The Cinderella story is definitely not the only romantic love narrative in our cultural air. (Thank goodness, as princes are scarce on the ground.) Psychologist Robert Sternberg outlines 26 major love narratives in his book, Love is a Story, but says there are loads more. Here are two examples. Sternberg’s love as a “Police Story” features the characters of a “police officer” and a “suspect”. The officer approaches love in terms of surveillance and control and tries to ensure the “suspect” obeys all their laws of love. Break the law, and punishment will ensue. Or, in Sternberg’s “love as a garden” narrative, love needs to be nurtured and tended in order to grow. This sounds a lot healthier than the police narrative … until you consider the pruning and weeding. Topiary, anyone? (Check out more of Sternberg’s love stories here.) Interestingly, Sternberg says each person is likely to host a number of love narratives.

So, the potential problem with dark romance is that it reiterates and strengthens some narratives that I wouldn’t want slipping into my subconscious and defining my life. Livia is coerced into sex and marriage and babies with three men, but it ends in a life of luxury for her and happily-ever-after. Loss of (female) liberty is a frequent trope of dark romance, and a domineering hero is practically guaranteed. On the surface, we know that this is just fiction, but tell the story often enough and it may sink into the subconscious to seem a valid recipe for love. If I were in a coercive relationship, I might apply the narrative and decide to put up with abuse to get my happily-ever-after. Oh, and I’d also be reassured that the gender stereotypes of dominant man, submissive woman is conducive to love.

So what’s the attraction?

Okay, okay, stop preaching! Dark romance simply offers a fantasy escape. Readers are simply exploring taboos in fictional safety and know better than to mistake fairy tales for reality, right? Here are some reasons readers give for enjoying dark romance:

  • “the appeal is knowing that you alone have the power to change the monster. Knowing he’d change his very nature for you.”

  • “it’s a safe way to enjoy something dangerous. Like a horror movie or a roller coaster. You get to ‘experience’ it, but without the risk”

  • the hero goes to extreme lengths over the heroine: he will destroy anything or anyone that threatens her; this is “a level of devotion women rarely experience in life”

  • it’s “a battle of the sexes in which the woman always wins … the more obdurate the hero, the sweeter the triumph when the heroine brings him to his knees”.
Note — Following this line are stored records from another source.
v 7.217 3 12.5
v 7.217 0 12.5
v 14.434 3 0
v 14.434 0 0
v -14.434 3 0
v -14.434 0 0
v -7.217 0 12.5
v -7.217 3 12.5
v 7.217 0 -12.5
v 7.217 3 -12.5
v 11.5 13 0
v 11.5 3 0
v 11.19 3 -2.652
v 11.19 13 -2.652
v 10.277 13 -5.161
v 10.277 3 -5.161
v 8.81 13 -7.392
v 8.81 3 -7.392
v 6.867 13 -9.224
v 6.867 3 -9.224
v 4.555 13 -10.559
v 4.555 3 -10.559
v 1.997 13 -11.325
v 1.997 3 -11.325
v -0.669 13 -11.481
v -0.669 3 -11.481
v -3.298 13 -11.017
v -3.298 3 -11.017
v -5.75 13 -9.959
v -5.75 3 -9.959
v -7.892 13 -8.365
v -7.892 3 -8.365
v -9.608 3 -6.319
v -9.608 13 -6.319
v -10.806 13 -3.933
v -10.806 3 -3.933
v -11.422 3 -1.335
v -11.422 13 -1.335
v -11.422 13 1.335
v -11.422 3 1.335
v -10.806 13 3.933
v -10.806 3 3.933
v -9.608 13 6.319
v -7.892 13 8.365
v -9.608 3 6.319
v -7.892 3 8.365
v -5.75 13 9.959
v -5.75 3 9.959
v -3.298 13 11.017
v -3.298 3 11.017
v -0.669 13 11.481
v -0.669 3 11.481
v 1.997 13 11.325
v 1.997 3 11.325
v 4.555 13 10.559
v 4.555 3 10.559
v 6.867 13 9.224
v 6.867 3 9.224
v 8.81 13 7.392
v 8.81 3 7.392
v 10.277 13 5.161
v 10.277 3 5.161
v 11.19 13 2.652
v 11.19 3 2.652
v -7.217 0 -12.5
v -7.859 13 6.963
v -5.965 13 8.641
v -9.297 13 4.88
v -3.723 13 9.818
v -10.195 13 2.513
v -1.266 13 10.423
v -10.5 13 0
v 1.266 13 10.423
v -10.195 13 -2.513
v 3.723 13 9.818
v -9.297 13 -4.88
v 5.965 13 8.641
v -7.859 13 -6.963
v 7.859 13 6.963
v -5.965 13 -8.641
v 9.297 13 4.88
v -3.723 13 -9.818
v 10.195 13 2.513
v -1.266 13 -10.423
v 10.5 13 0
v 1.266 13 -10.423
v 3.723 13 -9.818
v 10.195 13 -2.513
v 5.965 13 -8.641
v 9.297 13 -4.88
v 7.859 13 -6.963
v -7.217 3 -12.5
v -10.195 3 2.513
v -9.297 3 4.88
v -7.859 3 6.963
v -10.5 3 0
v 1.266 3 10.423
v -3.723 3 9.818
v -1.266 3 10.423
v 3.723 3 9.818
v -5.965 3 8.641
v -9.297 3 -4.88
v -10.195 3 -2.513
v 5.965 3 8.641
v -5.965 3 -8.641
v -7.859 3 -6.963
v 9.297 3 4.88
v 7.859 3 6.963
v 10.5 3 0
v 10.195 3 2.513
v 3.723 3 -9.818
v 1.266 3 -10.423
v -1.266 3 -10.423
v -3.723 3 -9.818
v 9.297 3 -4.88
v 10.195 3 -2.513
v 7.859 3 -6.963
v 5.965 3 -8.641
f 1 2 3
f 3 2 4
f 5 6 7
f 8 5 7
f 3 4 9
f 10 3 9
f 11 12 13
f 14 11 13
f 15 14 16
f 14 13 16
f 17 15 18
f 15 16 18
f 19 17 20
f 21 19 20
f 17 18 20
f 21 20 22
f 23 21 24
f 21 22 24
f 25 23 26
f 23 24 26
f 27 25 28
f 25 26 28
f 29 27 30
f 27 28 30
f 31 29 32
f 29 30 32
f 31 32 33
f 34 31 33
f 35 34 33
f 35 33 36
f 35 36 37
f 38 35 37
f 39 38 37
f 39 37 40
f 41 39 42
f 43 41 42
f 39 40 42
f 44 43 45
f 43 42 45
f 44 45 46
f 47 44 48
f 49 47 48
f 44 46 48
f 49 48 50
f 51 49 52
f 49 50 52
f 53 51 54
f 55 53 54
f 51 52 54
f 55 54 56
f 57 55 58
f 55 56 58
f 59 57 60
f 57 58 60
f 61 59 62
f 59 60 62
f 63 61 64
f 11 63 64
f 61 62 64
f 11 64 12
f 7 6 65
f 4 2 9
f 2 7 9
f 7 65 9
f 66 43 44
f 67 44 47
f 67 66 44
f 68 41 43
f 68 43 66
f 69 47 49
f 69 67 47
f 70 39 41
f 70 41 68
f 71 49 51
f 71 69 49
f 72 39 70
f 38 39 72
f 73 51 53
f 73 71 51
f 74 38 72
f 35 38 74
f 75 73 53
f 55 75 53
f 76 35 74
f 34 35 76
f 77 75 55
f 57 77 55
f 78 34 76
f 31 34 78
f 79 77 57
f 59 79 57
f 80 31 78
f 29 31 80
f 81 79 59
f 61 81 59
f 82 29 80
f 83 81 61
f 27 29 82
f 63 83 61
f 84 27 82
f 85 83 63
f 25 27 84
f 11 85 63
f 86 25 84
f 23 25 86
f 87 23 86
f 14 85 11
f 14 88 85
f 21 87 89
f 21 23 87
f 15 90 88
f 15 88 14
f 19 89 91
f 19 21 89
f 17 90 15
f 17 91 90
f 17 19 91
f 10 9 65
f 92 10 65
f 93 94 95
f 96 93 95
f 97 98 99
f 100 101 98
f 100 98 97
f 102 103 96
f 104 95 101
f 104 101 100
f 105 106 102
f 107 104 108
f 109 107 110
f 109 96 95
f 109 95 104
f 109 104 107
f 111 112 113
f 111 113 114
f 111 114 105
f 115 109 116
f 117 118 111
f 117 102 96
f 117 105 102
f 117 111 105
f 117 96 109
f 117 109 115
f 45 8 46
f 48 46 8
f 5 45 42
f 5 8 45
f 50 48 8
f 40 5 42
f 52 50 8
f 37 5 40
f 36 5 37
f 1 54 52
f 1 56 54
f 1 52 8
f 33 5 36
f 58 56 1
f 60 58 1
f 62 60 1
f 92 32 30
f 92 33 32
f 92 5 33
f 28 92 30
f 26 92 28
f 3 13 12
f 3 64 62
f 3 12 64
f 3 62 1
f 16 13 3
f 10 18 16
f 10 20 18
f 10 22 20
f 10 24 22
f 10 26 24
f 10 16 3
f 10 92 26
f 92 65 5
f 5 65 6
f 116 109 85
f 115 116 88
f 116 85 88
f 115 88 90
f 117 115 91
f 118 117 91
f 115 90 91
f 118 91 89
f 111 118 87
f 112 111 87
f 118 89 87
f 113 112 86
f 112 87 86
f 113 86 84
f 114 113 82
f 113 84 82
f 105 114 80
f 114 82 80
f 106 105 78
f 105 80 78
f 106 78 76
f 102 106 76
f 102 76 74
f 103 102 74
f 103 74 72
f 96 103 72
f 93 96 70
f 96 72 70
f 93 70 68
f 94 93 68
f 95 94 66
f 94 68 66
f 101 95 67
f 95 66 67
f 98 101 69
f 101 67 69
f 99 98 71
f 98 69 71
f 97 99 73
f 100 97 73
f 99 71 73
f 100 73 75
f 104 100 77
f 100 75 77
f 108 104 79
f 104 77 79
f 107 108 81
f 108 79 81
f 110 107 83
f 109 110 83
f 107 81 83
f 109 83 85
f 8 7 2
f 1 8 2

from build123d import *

# Parameters (mm, degrees)
BOSS_EXTRUDE1_DEPTH = 3
SKETCH2_R           = 11.5
BOSS_EXTRUDE2_DEPTH = 10
SKETCH3_R           = 10.5
CUT_EXTRUDE1_DEPTH  = 10


with BuildPart() as part:
    # Sketch1 → Boss-Extrude1 (new body)
    with BuildSketch(Plane(origin=(0, 0, 0), x_dir=(1, 0, 0), z_dir=(0, 1, 0))):
        Polygon((7.216878365, -12.5), (14.43375673, 0), (7.216878365, 12.5), (-7.216878365, 12.5), (-14.43375673, 0), (-7.216878365, -12.5), align=None)
    extrude(amount=BOSS_EXTRUDE1_DEPTH)

    # Sketch2 → Boss-Extrude2 (add)
    with BuildSketch(Plane(origin=(0, 3, 0), x_dir=(1, 0, 0), z_dir=(0, 1, 0))):
        Circle(SKETCH2_R)
    extrude(amount=BOSS_EXTRUDE2_DEPTH)

    # Sketch3 → Cut-Extrude1 (cut)
    with BuildSketch(Plane(origin=(0, 13, 0), x_dir=(1, 0, 0), z_dir=(0, 1, 0))):
        Circle(SKETCH3_R)
    extrude(amount=-CUT_EXTRUDE1_DEPTH, mode=Mode.SUBTRACT)


solid = part.part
As for me, I suspect the attraction is the reader’s experience of extremes of passion within the safety net of romance (a guaranteed happy ending). The hero loves the heroine and won’t truly hurt her: he always knows the true boundaries of her (often unspoken) consent and will never violate them.

In the end, a reader “consents” to take this dark romance ride. Authors generally provide content warnings or other indications of darkness within. Besides, we can’t actually ban publication, can we? I dived down this dark rabbit-hole because I was curious: what is dark romance, is it bad for women, and why do readers crave it? Here are my tentative answers: all about sexual taboos, probably, and extremes within a safety net. Happy reading!

Some References:

Bhanot, S., “An assessment of the intersection between love and violence: Do romance narratives support the development, continuation and attitudinal tolerance of intimate partner violence?” PhD thesis, University of Windsor, 2009,

@Ramonel11, “Genuine question: why do you like dark romances?” 15 August 2021,

Sullivan, A. S, “From Darcy to dickheads: why do women love the bad boy?”, in S. Fanetti (ed.), New Frontiers in Popular Romance: Essays on the Genre in the 21st Century, McFarland, 2022.

Wood, J. T., “The normalization of violence in heterosexual romantic relationships: Women's narratives of love and violence”, Journal of Social and Personal Relationships, vol. 18, 2001, pp. 239-261.